Journal of Immunology
- Discipline: Immunology
- Language: English
- Edited by: Gail A. Bishop, Ph.D.

Publication details
- Former names: Journal of Immunology, Virus Research and Experimental Chemotherapy
- History: 1916–present
- Publisher: American Association of Immunologists (United States)
- Frequency: Biweekly
- Open access: Delayed after 12 months
- Impact factor: 3.3 (2024)

Standard abbreviations
- ISO 4: J. Immunol.
- NLM: J Immunol

Indexing
- CODEN: JOIMA3
- ISSN: 0022-1767 (print) 1550-6606 (web)
- LCCN: 52052893
- OCLC no.: 1778718

Links
- Journal homepage; Online access; Online archive;

= Journal of Immunology =

The Journal of Immunology is a biweekly peer-reviewed medical journal that publishes basic and clinical studies in all aspects of immunology. Established in 1916, it changed its name to Journal of Immunology, Virus Research and Experimental Chemotherapy from 1943 to 1949, then returned to the original Journal of Immunology in 1950. It is the official journal of the American Association of Immunologists. The editor-in-chief is Gail A. Bishop.

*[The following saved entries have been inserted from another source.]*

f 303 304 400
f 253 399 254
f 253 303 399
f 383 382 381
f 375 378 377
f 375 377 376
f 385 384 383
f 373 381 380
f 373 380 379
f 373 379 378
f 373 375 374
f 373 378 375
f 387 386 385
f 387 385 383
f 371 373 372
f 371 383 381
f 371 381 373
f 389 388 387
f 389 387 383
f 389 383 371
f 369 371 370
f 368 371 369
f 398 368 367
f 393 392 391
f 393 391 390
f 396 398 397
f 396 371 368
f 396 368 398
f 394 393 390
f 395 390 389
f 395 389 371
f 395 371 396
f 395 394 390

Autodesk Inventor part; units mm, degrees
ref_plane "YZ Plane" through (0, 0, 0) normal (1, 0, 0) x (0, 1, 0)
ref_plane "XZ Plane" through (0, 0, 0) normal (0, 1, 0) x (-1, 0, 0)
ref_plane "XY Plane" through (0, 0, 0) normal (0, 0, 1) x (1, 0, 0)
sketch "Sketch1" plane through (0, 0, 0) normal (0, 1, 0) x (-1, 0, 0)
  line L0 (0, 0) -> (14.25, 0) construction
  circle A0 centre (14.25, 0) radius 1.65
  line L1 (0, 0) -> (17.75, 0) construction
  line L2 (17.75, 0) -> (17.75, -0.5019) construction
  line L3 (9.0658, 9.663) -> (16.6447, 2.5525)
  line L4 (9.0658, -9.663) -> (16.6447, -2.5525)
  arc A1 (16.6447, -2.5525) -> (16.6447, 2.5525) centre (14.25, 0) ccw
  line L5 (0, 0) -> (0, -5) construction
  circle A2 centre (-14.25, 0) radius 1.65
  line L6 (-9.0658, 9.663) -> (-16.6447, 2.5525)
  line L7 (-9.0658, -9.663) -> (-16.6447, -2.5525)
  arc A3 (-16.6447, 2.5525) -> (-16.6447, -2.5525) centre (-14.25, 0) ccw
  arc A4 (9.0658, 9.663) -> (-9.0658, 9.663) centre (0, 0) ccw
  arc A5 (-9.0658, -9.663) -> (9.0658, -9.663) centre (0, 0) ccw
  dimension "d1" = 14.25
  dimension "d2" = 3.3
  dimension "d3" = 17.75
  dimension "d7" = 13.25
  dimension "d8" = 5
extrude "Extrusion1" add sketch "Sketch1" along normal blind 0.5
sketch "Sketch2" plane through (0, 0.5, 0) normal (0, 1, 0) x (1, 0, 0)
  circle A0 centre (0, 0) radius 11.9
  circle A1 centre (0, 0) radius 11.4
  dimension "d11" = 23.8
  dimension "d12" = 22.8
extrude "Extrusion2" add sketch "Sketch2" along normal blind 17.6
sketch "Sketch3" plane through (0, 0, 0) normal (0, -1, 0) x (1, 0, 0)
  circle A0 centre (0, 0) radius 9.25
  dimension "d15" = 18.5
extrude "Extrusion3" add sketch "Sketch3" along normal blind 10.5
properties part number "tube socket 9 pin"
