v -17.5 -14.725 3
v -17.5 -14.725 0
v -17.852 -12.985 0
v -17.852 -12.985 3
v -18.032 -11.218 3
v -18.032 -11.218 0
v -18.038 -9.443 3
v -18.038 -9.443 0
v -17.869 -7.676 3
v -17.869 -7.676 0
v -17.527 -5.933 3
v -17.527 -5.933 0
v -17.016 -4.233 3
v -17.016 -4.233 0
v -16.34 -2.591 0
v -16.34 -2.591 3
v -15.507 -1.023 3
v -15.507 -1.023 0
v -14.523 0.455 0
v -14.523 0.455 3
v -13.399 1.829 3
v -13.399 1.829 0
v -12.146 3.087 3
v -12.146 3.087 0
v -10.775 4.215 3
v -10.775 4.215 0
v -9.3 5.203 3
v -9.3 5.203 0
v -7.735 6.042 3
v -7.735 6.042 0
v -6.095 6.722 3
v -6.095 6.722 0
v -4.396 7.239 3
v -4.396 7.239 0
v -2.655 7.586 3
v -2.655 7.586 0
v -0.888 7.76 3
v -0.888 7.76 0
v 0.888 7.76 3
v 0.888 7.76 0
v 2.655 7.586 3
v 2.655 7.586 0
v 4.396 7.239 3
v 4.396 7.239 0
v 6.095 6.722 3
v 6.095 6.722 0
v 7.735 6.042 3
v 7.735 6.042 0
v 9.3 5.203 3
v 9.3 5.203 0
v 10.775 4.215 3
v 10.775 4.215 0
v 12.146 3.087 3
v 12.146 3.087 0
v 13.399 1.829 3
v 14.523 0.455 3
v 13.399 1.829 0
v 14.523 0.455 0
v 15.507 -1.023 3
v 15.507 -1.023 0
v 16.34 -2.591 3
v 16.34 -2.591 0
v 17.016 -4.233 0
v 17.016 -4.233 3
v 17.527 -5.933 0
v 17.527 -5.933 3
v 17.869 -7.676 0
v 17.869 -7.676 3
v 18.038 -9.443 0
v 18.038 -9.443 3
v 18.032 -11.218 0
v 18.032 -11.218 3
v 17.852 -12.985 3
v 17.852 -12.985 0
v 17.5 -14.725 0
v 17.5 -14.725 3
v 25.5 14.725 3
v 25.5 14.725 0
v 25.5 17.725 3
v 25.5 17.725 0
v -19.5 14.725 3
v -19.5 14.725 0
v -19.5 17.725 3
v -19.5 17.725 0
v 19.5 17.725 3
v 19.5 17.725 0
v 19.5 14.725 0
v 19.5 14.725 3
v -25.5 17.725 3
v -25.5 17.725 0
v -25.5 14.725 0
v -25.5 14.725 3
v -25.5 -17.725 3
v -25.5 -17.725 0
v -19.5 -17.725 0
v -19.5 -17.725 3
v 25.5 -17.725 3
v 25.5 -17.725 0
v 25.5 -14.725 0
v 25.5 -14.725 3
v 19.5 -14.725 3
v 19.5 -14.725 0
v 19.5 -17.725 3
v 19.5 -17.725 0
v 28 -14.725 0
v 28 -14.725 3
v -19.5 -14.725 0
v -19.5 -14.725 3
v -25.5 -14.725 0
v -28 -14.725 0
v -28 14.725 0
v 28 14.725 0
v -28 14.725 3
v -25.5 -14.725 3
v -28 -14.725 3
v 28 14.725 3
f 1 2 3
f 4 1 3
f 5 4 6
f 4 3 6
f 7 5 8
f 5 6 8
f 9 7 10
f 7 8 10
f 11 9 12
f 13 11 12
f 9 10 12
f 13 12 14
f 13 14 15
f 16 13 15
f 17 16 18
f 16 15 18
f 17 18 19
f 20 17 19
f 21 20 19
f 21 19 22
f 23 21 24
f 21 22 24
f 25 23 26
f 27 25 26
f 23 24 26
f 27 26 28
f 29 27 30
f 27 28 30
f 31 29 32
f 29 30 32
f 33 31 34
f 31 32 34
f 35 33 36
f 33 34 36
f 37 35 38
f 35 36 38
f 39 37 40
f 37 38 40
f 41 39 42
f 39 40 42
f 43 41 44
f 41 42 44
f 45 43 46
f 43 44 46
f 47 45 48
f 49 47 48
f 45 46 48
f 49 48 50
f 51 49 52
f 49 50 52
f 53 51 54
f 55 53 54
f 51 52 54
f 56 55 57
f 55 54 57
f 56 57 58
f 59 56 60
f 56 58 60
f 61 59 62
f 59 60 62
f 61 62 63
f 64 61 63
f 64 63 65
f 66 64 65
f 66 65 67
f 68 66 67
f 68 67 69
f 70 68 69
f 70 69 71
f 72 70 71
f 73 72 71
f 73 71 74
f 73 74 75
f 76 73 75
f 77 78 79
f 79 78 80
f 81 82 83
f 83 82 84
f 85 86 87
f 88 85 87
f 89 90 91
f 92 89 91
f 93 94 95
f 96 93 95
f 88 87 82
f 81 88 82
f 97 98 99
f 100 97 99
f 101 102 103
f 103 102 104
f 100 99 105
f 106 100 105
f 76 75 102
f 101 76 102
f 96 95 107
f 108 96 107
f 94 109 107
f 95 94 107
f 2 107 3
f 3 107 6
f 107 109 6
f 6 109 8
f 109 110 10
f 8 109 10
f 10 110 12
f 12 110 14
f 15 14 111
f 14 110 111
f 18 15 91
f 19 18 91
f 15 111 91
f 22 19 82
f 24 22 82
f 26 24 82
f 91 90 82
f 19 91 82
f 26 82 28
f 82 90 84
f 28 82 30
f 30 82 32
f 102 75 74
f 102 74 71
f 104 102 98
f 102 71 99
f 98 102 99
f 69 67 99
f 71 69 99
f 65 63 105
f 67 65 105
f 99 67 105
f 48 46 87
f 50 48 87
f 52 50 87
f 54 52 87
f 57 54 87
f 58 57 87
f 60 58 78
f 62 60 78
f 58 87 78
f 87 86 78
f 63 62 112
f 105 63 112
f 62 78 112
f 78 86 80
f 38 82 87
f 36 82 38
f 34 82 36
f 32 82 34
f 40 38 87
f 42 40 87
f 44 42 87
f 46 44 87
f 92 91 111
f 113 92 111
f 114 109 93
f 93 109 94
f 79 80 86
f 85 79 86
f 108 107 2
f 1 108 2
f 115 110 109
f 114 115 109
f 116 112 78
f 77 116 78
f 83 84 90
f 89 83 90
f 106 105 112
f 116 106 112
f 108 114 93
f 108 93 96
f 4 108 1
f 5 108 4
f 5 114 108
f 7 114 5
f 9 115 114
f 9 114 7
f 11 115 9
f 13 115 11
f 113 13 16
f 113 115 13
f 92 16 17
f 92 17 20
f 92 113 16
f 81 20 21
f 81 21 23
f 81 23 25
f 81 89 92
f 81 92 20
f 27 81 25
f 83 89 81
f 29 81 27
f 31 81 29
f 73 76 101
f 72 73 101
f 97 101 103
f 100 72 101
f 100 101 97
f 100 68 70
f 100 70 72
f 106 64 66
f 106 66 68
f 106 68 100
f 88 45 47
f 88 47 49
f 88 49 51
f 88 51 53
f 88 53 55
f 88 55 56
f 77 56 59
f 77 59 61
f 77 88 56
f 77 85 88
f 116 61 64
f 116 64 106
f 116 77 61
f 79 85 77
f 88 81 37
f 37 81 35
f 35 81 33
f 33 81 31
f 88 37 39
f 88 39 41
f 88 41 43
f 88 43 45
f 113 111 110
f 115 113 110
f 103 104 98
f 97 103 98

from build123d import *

# Parameters (mm, degrees)
BOSS_EXTRUDE1_DEPTH = 3


with BuildPart() as part:
    # Sketch1 → Boss-Extrude1 (new body)
    with BuildSketch(Plane.XY):
        with BuildLine():
            Line((-28, 14.725), (-28, -14.725))
            Line((-28, -14.725), (-25.5, -14.725))
            Line((-25.5, -14.725), (-25.5, -17.725))
            Line((-25.5, -17.725), (-19.5, -17.725))
            Line((-19.5, -17.725), (-19.5, -14.725))
            Line((-19.5, -14.725), (-17.5, -14.725))
            ThreePointArc((-17.5, -14.725), (0, 7.78192388), (17.5, -14.725))
            Line((17.5, -14.725), (19.5, -14.725))
            Line((19.5, -14.725), (19.5, -17.725))
            Line((19.5, -17.725), (25.5, -17.725))
            Line((25.5, -17.725), (25.5, -14.725))
            Line((25.5, -14.725), (28, -14.725))
            Line((28, -14.725), (28, 14.725))
            Line((28, 14.725), (25.5, 14.725))
            Line((25.5, 14.725), (25.5, 17.725))
            Line((25.5, 17.725), (19.5, 17.725))
            Line((19.5, 17.725), (19.5, 14.725))
            Line((19.5, 14.725), (-19.5, 14.725))
            Line((-19.5, 14.725), (-19.5, 17.725))
            Line((-19.5, 17.725), (-25.5, 17.725))
            Line((-25.5, 17.725), (-25.5, 14.725))
            Line((-25.5, 14.725), (-28, 14.725))
        make_face()
    extrude(amount=BOSS_EXTRUDE1_DEPTH)


solid = part.part
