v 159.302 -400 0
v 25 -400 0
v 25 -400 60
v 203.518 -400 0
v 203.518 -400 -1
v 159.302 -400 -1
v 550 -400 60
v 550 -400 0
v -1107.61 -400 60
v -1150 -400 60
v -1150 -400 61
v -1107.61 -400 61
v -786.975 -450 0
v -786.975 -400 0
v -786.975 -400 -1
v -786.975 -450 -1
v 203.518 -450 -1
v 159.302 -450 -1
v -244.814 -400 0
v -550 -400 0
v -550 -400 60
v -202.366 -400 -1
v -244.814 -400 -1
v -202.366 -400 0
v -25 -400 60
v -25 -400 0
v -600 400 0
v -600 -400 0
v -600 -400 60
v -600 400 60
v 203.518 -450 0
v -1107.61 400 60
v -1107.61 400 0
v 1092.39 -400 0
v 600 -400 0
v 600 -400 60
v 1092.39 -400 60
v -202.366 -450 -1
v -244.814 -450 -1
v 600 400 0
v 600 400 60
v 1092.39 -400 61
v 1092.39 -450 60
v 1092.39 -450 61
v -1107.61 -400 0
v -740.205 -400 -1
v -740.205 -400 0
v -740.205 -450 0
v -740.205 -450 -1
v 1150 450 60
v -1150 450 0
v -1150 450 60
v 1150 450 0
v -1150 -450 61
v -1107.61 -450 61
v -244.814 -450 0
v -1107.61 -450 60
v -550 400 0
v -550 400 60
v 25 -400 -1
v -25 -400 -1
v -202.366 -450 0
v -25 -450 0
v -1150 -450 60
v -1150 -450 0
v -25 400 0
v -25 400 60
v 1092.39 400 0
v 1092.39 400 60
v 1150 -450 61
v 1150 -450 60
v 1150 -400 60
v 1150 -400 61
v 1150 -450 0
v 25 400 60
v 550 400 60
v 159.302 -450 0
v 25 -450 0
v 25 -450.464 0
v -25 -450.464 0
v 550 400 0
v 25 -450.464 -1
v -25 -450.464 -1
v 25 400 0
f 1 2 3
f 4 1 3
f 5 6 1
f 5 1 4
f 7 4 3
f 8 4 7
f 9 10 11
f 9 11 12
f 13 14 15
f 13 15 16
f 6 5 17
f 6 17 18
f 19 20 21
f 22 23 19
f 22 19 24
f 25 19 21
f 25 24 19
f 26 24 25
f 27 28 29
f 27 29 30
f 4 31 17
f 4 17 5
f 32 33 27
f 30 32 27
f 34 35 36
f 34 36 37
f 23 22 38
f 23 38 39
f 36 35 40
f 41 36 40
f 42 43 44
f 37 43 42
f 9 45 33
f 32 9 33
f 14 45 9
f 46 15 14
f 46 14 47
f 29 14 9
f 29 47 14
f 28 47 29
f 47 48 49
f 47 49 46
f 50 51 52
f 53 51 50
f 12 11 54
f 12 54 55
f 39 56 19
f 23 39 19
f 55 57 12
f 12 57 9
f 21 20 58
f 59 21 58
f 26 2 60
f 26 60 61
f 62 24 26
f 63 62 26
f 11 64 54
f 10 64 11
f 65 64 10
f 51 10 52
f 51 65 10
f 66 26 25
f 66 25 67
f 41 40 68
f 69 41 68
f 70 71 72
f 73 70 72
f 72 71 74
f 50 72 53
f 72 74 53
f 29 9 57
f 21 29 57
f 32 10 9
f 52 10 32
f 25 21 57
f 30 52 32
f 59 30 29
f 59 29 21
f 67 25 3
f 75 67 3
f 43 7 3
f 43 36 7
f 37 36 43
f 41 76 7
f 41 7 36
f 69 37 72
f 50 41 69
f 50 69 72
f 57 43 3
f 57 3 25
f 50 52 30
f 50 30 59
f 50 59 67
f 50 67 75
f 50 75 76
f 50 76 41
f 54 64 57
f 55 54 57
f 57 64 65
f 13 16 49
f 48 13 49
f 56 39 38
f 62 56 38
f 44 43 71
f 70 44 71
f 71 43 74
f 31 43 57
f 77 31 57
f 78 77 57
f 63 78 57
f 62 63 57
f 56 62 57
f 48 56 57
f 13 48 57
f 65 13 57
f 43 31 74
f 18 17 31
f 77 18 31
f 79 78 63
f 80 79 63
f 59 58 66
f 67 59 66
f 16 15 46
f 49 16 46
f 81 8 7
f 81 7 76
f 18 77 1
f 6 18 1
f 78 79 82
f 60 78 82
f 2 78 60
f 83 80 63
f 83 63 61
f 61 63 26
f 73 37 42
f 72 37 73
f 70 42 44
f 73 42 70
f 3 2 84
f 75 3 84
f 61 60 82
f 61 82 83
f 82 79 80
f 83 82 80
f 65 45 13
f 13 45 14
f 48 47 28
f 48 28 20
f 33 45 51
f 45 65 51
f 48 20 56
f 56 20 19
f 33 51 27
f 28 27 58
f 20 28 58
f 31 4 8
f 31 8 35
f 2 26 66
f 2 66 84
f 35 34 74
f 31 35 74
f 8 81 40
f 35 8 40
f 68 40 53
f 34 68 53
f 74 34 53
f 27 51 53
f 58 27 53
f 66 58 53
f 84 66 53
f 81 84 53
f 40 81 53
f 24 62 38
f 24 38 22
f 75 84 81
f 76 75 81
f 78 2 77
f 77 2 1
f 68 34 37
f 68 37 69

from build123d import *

# Parameters (mm, degrees)
SKETCH1_W           = 2300
SKETCH1_H           = 900
SKETCH1_W_2         = 525
SKETCH1_H_2         = 800
SKETCH1_W_3         = 492.389580631
SKETCH1_W_4         = 507.610419369
BOSS_EXTRUDE1_DEPTH = 60
SKETCH2_W           = 42.389580631
SKETCH2_H           = 50
SKETCH2_W_2         = 57.610419369
BOSS_EXTRUDE2_DEPTH = 1
SKETCH4_W           = 50
SKETCH4_H           = 50.463593603
BOSS_EXTRUDE4_DEPTH = 1
SKETCH5_W           = 44.216514846
SKETCH5_H           = 50
BOSS_EXTRUDE5_DEPTH = 1
SKETCH6_W           = 42.447812038
SKETCH6_H           = 50
BOSS_EXTRUDE6_DEPTH = 1
BOSS_EXTRUDE7_DEPTH = 1


with BuildPart() as part:
    # Sketch1 → Boss-Extrude1 (new body)
    with BuildSketch(Plane.XY):
        Rectangle(SKETCH1_W, SKETCH1_H)
        with Locations((-287.5, 0)):
            Rectangle(SKETCH1_W_2, SKETCH1_H_2, mode=Mode.SUBTRACT)
        with Locations((287.5, 0)):
            Rectangle(SKETCH1_W_2, SKETCH1_H_2, mode=Mode.SUBTRACT)
        with Locations((846.194790316, 0)):
            Rectangle(SKETCH1_W_3, SKETCH1_H_2, mode=Mode.SUBTRACT)
        with Locations((-853.805209685, 0)):
            Rectangle(SKETCH1_W_4, SKETCH1_H_2, mode=Mode.SUBTRACT)
    extrude(amount=BOSS_EXTRUDE1_DEPTH)

    # Sketch2 → Boss-Extrude2 (add)
    with BuildSketch(Plane.XY.offset(60)):
        with Locations((-1128.805209684, -425)):
            Rectangle(SKETCH2_W, SKETCH2_H)
        with Locations((1121.194790316, -425)):
            Rectangle(SKETCH2_W_2, SKETCH2_H)
    extrude(amount=BOSS_EXTRUDE2_DEPTH)

    # Sketch4 → Boss-Extrude4 (add)
    with BuildSketch(Plane(origin=(0, 0, 0), x_dir=(-1, 0, 0), z_dir=(0, 0, -1))):
        with Locations((0, -425.231796802)):
            Rectangle(SKETCH4_W, SKETCH4_H)
    extrude(amount=BOSS_EXTRUDE4_DEPTH)

    # Sketch5 → Boss-Extrude5 (add)
    with BuildSketch(Plane(origin=(0, 0, 0), x_dir=(-1, 0, 0), z_dir=(0, 0, -1))):
        with Locations((-181.41, -425)):
            Rectangle(SKETCH5_W, SKETCH5_H)
    extrude(amount=BOSS_EXTRUDE5_DEPTH)

    # Sketch6 → Boss-Extrude6 (add)
    with BuildSketch(Plane(origin=(0, 0, 0), x_dir=(-1, 0, 0), z_dir=(0, 0, -1))):
        with Locations((223.59, -425)):
            Rectangle(SKETCH6_W, SKETCH6_H)
    extrude(amount=BOSS_EXTRUDE6_DEPTH)

    # Sketch7 → Boss-Extrude7 (add)
    with BuildSketch(Plane(origin=(0, 0, 0), x_dir=(-1, 0, 0), z_dir=(0, 0, -1))):
        Polygon((740.20473979, -400), (763.59, -400), (786.97526021, -400), (786.97526021, -450), (763.59, -450), (740.20473979, -450), align=None)
    extrude(amount=BOSS_EXTRUDE7_DEPTH)


solid = part.part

==Abstracting and indexing==
The journal is abstracted and indexed in:

- BIOSIS Previews
- CAB Abstracts
- Chemical Abstracts
- Current Contents/Life Sciences
- EBSCO databases
- Embase
- Index Medicus/MEDLINE/PubMed
- Science Citation Index
- Scopus

According to the Journal Citation Reports, the journal has a 2024 impact factor of 3.3.

==History==
The journal was established by Arthur Fernandez Coca (1875–1959) in 1916 as the official journal of the American Association of Immunologists and the New York Society for Serology and Hematology. Coca was sole editor from 1916 to 1925, when John C. Torrey joined the journal. From 1916 to 1925, the journal was published every two months, and from 1926 to 1985 (except in 1928) it was published monthly. The journal has been published twice a month since 1986.